A universal inference scheme based on amortized VI and the Anglican PPL \citep{wood2014new} was attempted in \citet{LeEtAl2016}. Their method used particle-based inference with a data driven proposal to learn to perform inference in a universal PPL. As noted by the authors, it suffered from two shortcomings. Firstly, the method did not perform model learning, and as discovered in the experiments on CAPCHA solving, it is difficult to program a correct model ab initio. Secondly, the inference network conditioned on all previous random choices, not only the relevant ones (from the PGM perspective of \citet{WebbEtAl2018}). As demonstrated in our work, this slows learning considerably and leads convergence to a worse solution.
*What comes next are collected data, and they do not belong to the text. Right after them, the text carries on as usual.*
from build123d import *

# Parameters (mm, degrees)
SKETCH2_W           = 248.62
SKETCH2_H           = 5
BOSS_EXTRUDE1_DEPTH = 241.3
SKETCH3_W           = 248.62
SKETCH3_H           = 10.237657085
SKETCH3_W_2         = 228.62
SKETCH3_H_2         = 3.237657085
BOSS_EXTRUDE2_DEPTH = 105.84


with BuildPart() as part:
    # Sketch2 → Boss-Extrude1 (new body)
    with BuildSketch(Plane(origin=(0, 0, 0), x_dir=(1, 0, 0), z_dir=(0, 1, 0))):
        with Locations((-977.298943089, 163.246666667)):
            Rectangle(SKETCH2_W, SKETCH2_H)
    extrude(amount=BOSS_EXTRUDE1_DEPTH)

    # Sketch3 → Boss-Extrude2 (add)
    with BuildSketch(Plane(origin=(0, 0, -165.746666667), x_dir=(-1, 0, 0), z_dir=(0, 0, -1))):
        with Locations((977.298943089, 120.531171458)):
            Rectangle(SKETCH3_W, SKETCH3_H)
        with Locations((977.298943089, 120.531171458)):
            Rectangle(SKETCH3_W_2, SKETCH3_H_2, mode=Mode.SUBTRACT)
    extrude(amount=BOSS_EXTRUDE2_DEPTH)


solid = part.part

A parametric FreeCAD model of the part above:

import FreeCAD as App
import Part
import Sketcher

V = App.Vector
Q = App.Units.Quantity


def add_polygon(sketch, points):
    """Adds a closed chain of lines whose ends are joined by coincident constraints."""
    first, n = sketch.GeometryCount, len(points)
    for a, b in zip(points, points[1:] + points[:1]):
        sketch.addGeometry(Part.LineSegment(App.Vector(*a, 0), App.Vector(*b, 0)), False)
    for i in range(n):
        sketch.addConstraint(Sketcher.Constraint("Coincident", first + i, 2, first + (i + 1) % n, 1))

doc = App.newDocument("Part")
body = doc.addObject("PartDesign::Body", "Body")

# Sketch on XZ plane
sketch1 = body.newObject("Sketcher::SketchObject", "Sketch")
sketch1.AttachmentSupport = (doc.getObject("XZ_Plane"), [""])
sketch1.MapMode = "FlatFace"
add_polygon(sketch1, [(-1102, -166), (-1102, -161), (-853, -161), (-853, -166)])  # lines 0-3
sketch1.addConstraint([
    Sketcher.Constraint("Vertical", 0),
    Sketcher.Constraint("Horizontal", 1),
    Sketcher.Constraint("Vertical", 2),
    Sketcher.Constraint("Horizontal", 3),
    Sketcher.Constraint("DistanceY", 0, 1, 0, 2, Q("5 mm")),
    Sketcher.Constraint("DistanceX", 1, 1, 1, 2, Q("248.62 mm")),
    Sketcher.Constraint("DistanceX", 0, 2, -1, 1, Q("1101.608943 mm")),
    Sketcher.Constraint("DistanceY", 0, 2, -1, 1, Q("160.746667 mm")),
])
pad1 = body.newObject("PartDesign::Pad", "Pad")
pad1.Profile = sketch1
pad1.Length = 241.3
pad1.Reversed = True

# Sketch on XY plane
sketch2 = body.newObject("Sketcher::SketchObject", "Sketch001")
sketch2.AttachmentSupport = (doc.getObject("XY_Plane"), [""])
sketch2.MapMode = "FlatFace"
sketch2.AttachmentOffset = App.Placement(V(0, 0, -165.746667), App.Rotation())
add_polygon(sketch2, [(-853, 125.7), (-853, 115.4), (-1101.6, 115.4), (-1101.6, 125.7)])  # lines 0-3
add_polygon(sketch2, [(-1091.6, 118.9), (-863, 118.9), (-863, 122.2), (-1091.6, 122.2)])  # lines 4-7
sketch2.addConstraint([
    Sketcher.Constraint("Vertical", 0),
    Sketcher.Constraint("Horizontal", 1),
    Sketcher.Constraint("Vertical", 2),
    Sketcher.Constraint("Horizontal", 3),
    Sketcher.Constraint("Horizontal", 4),
    Sketcher.Constraint("Vertical", 5),
    Sketcher.Constraint("Horizontal", 6),
    Sketcher.Constraint("Vertical", 7),
    Sketcher.Constraint("DistanceX", 4, 2, 0, 2, Q("10 mm")),
    Sketcher.Constraint("DistanceX", 2, 2, 6, 2, Q("10 mm")),
    Sketcher.Constraint("DistanceX", 1, 2, 1, 1, Q("248.62 mm")),
    Sketcher.Constraint("DistanceY", 0, 2, 4, 2, Q("3.5 mm")),
    Sketcher.Constraint("DistanceY", 5, 2, 3, 2, Q("3.5 mm")),
    Sketcher.Constraint("DistanceY", -1, 1, 2, 2, Q("125.65 mm")),
    Sketcher.Constraint("DistanceY", 0, 2, 0, 1, Q("10.237657 mm")),
    Sketcher.Constraint("DistanceX", 0, 2, -1, 1, Q("852.988943 mm")),
])
pad2 = body.newObject("PartDesign::Pad", "Pad001")
pad2.Profile = sketch2
pad2.Length = 105.84
pad2.Reversed = True

doc.recompute()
We believe this important work is based on the most promising approach for universal automated inference, that of amortized VI, and that it can be further developed to overcome the hurdles the authors discovered. Firstly, new learning algorithms have been developed that would be suitable for probabilistic programs, with their seqential nature. For instance, filtering variational objectives, in a sense, can differentiate through particle-based inference algorithms in order to perform model learning \citep{MaddisonEtAl2017, LeEtAl2017, NaessethEtAl2017}. Secondly, the development of the NaMI algorithm provides an intelligent way to automate the design of the structure of the inference network. Currently, either the modeler must design the inference network by hand, or use an unstructured fully connected one (e.g., see the existing autoguides of Pyro \citep{bingham2018pyro}).
We intend to integrate the NaMI algorithm into the Pyro PPL for designing the structure of an inference network, and use heuristics for designing the parametrization based on normalizing flows. PPLs provide the necessary abstractions, in this case \emph{poutines}, to manipulate a representation of the model in order to operate the NaMI algorithm and choose an appropriate factorization.
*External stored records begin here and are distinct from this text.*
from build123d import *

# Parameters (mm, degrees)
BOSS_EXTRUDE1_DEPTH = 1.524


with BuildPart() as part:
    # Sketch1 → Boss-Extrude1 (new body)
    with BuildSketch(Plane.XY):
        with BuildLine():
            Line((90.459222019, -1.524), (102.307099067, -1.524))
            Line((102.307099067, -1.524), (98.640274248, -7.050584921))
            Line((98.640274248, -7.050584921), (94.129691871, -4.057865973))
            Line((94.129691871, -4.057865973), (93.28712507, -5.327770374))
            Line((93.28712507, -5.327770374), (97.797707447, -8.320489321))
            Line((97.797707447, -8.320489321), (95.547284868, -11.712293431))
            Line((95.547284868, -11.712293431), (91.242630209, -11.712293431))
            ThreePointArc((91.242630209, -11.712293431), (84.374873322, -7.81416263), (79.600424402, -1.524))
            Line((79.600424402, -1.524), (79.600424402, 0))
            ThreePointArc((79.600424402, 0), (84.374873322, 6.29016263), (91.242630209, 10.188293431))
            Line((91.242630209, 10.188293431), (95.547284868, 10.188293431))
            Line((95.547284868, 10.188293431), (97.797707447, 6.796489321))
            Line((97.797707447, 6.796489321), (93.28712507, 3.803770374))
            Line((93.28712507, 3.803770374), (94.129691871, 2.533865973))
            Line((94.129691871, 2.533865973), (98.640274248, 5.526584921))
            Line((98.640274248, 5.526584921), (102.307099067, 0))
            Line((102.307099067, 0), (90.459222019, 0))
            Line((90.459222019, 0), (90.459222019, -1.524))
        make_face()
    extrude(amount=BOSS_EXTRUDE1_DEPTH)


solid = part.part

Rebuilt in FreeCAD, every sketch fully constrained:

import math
import FreeCAD as App
import Part
import Sketcher
from FreeCAD import Vector
Q = App.Units.Quantity

doc = App.newDocument("Part")
body = doc.addObject("PartDesign::Body", "Body")

sketch1 = doc.addObject("Sketcher::SketchObject", "Sketch")
body.addObject(sketch1)
sketch1.AttachmentSupport = (doc.XY_Plane, [""])
sketch1.MapMode = "FlatFace"
sketch1.addGeometry(Part.LineSegment(Vector(102.3, -1.5, 0), Vector(90.5, -1.5, 0)), False)
sketch1.addGeometry(Part.LineSegment(Vector(90.5, -1.5, 0), Vector(90.5, 0, 0)), False)
sketch1.addGeometry(Part.LineSegment(Vector(90.5, 0, 0), Vector(102.3, 0, 0)), False)
sketch1.addGeometry(Part.LineSegment(Vector(102.3, 0, 0), Vector(98.6, 5.5, 0)), False)
sketch1.addGeometry(Part.LineSegment(Vector(98.6, 5.5, 0), Vector(94.1, 2.5, 0)), False)
sketch1.addGeometry(Part.LineSegment(Vector(94.1, 2.5, 0), Vector(93.3, 3.8, 0)), False)
sketch1.addGeometry(Part.LineSegment(Vector(93.3, 3.8, 0), Vector(97.8, 6.8, 0)), False)
sketch1.addGeometry(Part.LineSegment(Vector(97.8, 6.8, 0), Vector(95.5, 10.2, 0)), False)
sketch1.addGeometry(Part.LineSegment(Vector(95.5, 10.2, 0), Vector(91.2, 10.2, 0)), False)
sketch1.addGeometry(Part.ArcOfCircle(Part.Circle(Vector(97.3, -8.5, 0), Vector(0, 0, 1), 19.6), math.radians(108), math.radians(154)), False)
sketch1.addGeometry(Part.LineSegment(Vector(79.6, 0, 0), Vector(79.6, -1.5, 0)), False)
sketch1.addGeometry(Part.ArcOfCircle(Part.Circle(Vector(97.3, 6.9, 0), Vector(0, 0, 1), 19.6), math.radians(-154), math.radians(-108)), False)
sketch1.addGeometry(Part.LineSegment(Vector(91.2, -11.7, 0), Vector(95.5, -11.7, 0)), False)
sketch1.addGeometry(Part.LineSegment(Vector(95.5, -11.7, 0), Vector(97.8, -8.3, 0)), False)
sketch1.addGeometry(Part.LineSegment(Vector(97.8, -8.3, 0), Vector(93.3, -5.3, 0)), False)
sketch1.addGeometry(Part.LineSegment(Vector(93.3, -5.3, 0), Vector(94.1, -4.1, 0)), False)
sketch1.addGeometry(Part.LineSegment(Vector(94.1, -4.1, 0), Vector(98.6, -7.1, 0)), False)
sketch1.addGeometry(Part.LineSegment(Vector(98.6, -7.1, 0), Vector(102.3, -1.5, 0)), False)
sketch1.addConstraint(Sketcher.Constraint("Coincident", 0, 2, 1, 1))
sketch1.addConstraint(Sketcher.Constraint("Coincident", 1, 2, 2, 1))
sketch1.addConstraint(Sketcher.Constraint("Coincident", 2, 2, 3, 1))
sketch1.addConstraint(Sketcher.Constraint("Coincident", 3, 2, 4, 1))
sketch1.addConstraint(Sketcher.Constraint("Coincident", 4, 2, 5, 1))
sketch1.addConstraint(Sketcher.Constraint("Coincident", 5, 2, 6, 1))
sketch1.addConstraint(Sketcher.Constraint("Coincident", 6, 2, 7, 1))
sketch1.addConstraint(Sketcher.Constraint("Coincident", 7, 2, 8, 1))
sketch1.addConstraint(Sketcher.Constraint("Coincident", 8, 2, 9, 1))
sketch1.addConstraint(Sketcher.Constraint("Coincident", 9, 2, 10, 1))
sketch1.addConstraint(Sketcher.Constraint("Coincident", 10, 2, 11, 1))
sketch1.addConstraint(Sketcher.Constraint("Coincident", 11, 2, 12, 1))
sketch1.addConstraint(Sketcher.Constraint("Coincident", 12, 2, 13, 1))
sketch1.addConstraint(Sketcher.Constraint("Coincident", 13, 2, 14, 1))
sketch1.addConstraint(Sketcher.Constraint("Coincident", 14, 2, 15, 1))
sketch1.addConstraint(Sketcher.Constraint("Coincident", 15, 2, 16, 1))
sketch1.addConstraint(Sketcher.Constraint("Coincident", 16, 2, 17, 1))
sketch1.addConstraint(Sketcher.Constraint("Coincident", 17, 2, 0, 1))
sketch1.addConstraint(Sketcher.Constraint("Horizontal", 0))
sketch1.addConstraint(Sketcher.Constraint("Vertical", 1))
sketch1.addConstraint(Sketcher.Constraint("Horizontal", 2))
sketch1.addConstraint(Sketcher.Constraint("Horizontal", 8))
sketch1.addConstraint(Sketcher.Constraint("Vertical", 10))
sketch1.addConstraint(Sketcher.Constraint("Horizontal", 12))
sketch1.addConstraint(Sketcher.Constraint("Equal", 9, 11))
sketch1.addConstraint(Sketcher.Constraint("PointOnObject", 1, 2, -1))
sketch1.addConstraint(Sketcher.Constraint("PointOnObject", 9, 2, -1))
sketch1.addConstraint(Sketcher.Constraint("Perpendicular", 3, 4))
sketch1.addConstraint(Sketcher.Constraint("Perpendicular", 4, 5))
sketch1.addConstraint(Sketcher.Constraint("Perpendicular", 5, 6))
sketch1.addConstraint(Sketcher.Constraint("Perpendicular", 6, 7))
sketch1.addConstraint(Sketcher.Constraint("Perpendicular", 13, 14))
sketch1.addConstraint(Sketcher.Constraint("Perpendicular", 14, 15))
sketch1.addConstraint(Sketcher.Constraint("Perpendicular", 15, 16))
sketch1.addConstraint(Sketcher.Constraint("Perpendicular", 16, 17))
sketch1.addConstraint(Sketcher.Constraint("Horizontal", 0, 2, 10, 2))
sketch1.addConstraint(Sketcher.Constraint("Vertical", 9, 3, 11, 3))
sketch1.addConstraint(Sketcher.Constraint("Vertical", 8, 2, 11, 2))
sketch1.addConstraint(Sketcher.Constraint("Vertical", 7, 2, 12, 2))
sketch1.addConstraint(Sketcher.Constraint("Vertical", 6, 2, 13, 2))
sketch1.addConstraint(Sketcher.Constraint("Vertical", 5, 2, 14, 2))
sketch1.addConstraint(Sketcher.Constraint("Vertical", 4, 2, 15, 2))
sketch1.addConstraint(Sketcher.Constraint("Vertical", 3, 2, 16, 2))
sketch1.addConstraint(Sketcher.Constraint("Vertical", 2, 2, 17, 2))
sketch1.addConstraint(Sketcher.Constraint("Equal", 4, 6))
sketch1.addConstraint(Sketcher.Constraint("DistanceY", 1, 1, 1, 2, Q("0.06 in")))
sketch1.addConstraint(Sketcher.Constraint("Distance", 5, Q("0.06 in")))
sketch1.addConstraint(Sketcher.Constraint("Radius", 9, 19.618926))
sketch1.addConstraint(Sketcher.Constraint("Distance", 3, 6.632401))
sketch1.addConstraint(Sketcher.Constraint("DistanceX", -1, 1, 2, 2, 102.307099))
sketch1.addConstraint(Sketcher.Constraint("DistanceX", 9, 2, 5, 2, 13.686701))
sketch1.addConstraint(Sketcher.Constraint("Distance", 7, 4.070471))
sketch1.addConstraint(Sketcher.Constraint("DistanceX", 0, 2, 0, 1, 11.847877))
sketch1.addConstraint(Sketcher.Constraint("DistanceX", 8, 2, 8, 1, 4.304655))
sketch1.addConstraint(Sketcher.Constraint("DistanceX", -1, 1, 4, 2, 94.129692))
sketch1.addConstraint(Sketcher.Constraint("DistanceY", -1, 1, 5, 2, 3.80377))
pad1 = doc.addObject("PartDesign::Pad", "Pad")
body.addObject(pad1)
pad1.Profile = sketch1
pad1.Length = Q("0.06 in")

doc.recompute()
At first, we intend to demonstrate inference compilation on models with a fixed structure, such as traditional BNs. We believe the importance of a structured inference network increases in the scale of the model---an heuristic approach diverges more from the posterior as the number of variables increases, and a fully connected approach suffers the curse of dimensionality. Some traditional factor graph BNs, for example, those used for medical diagnosis, have thousands of variables, and would be suitable for this experimentation. Performing fast inference in these models is very important in industry. %We would then like to attempt to automate the design of inference networks for models with limited forms of dynamic structure.
Some challenges in automating the design of inference networks include automating the design of the NN encoder and decoder architectures and selection of hyperparameters like the learning rates. It is likely that meta-learning approaches are necessary, which learn from their past successes and failures and are able to generalize to novel scenarios.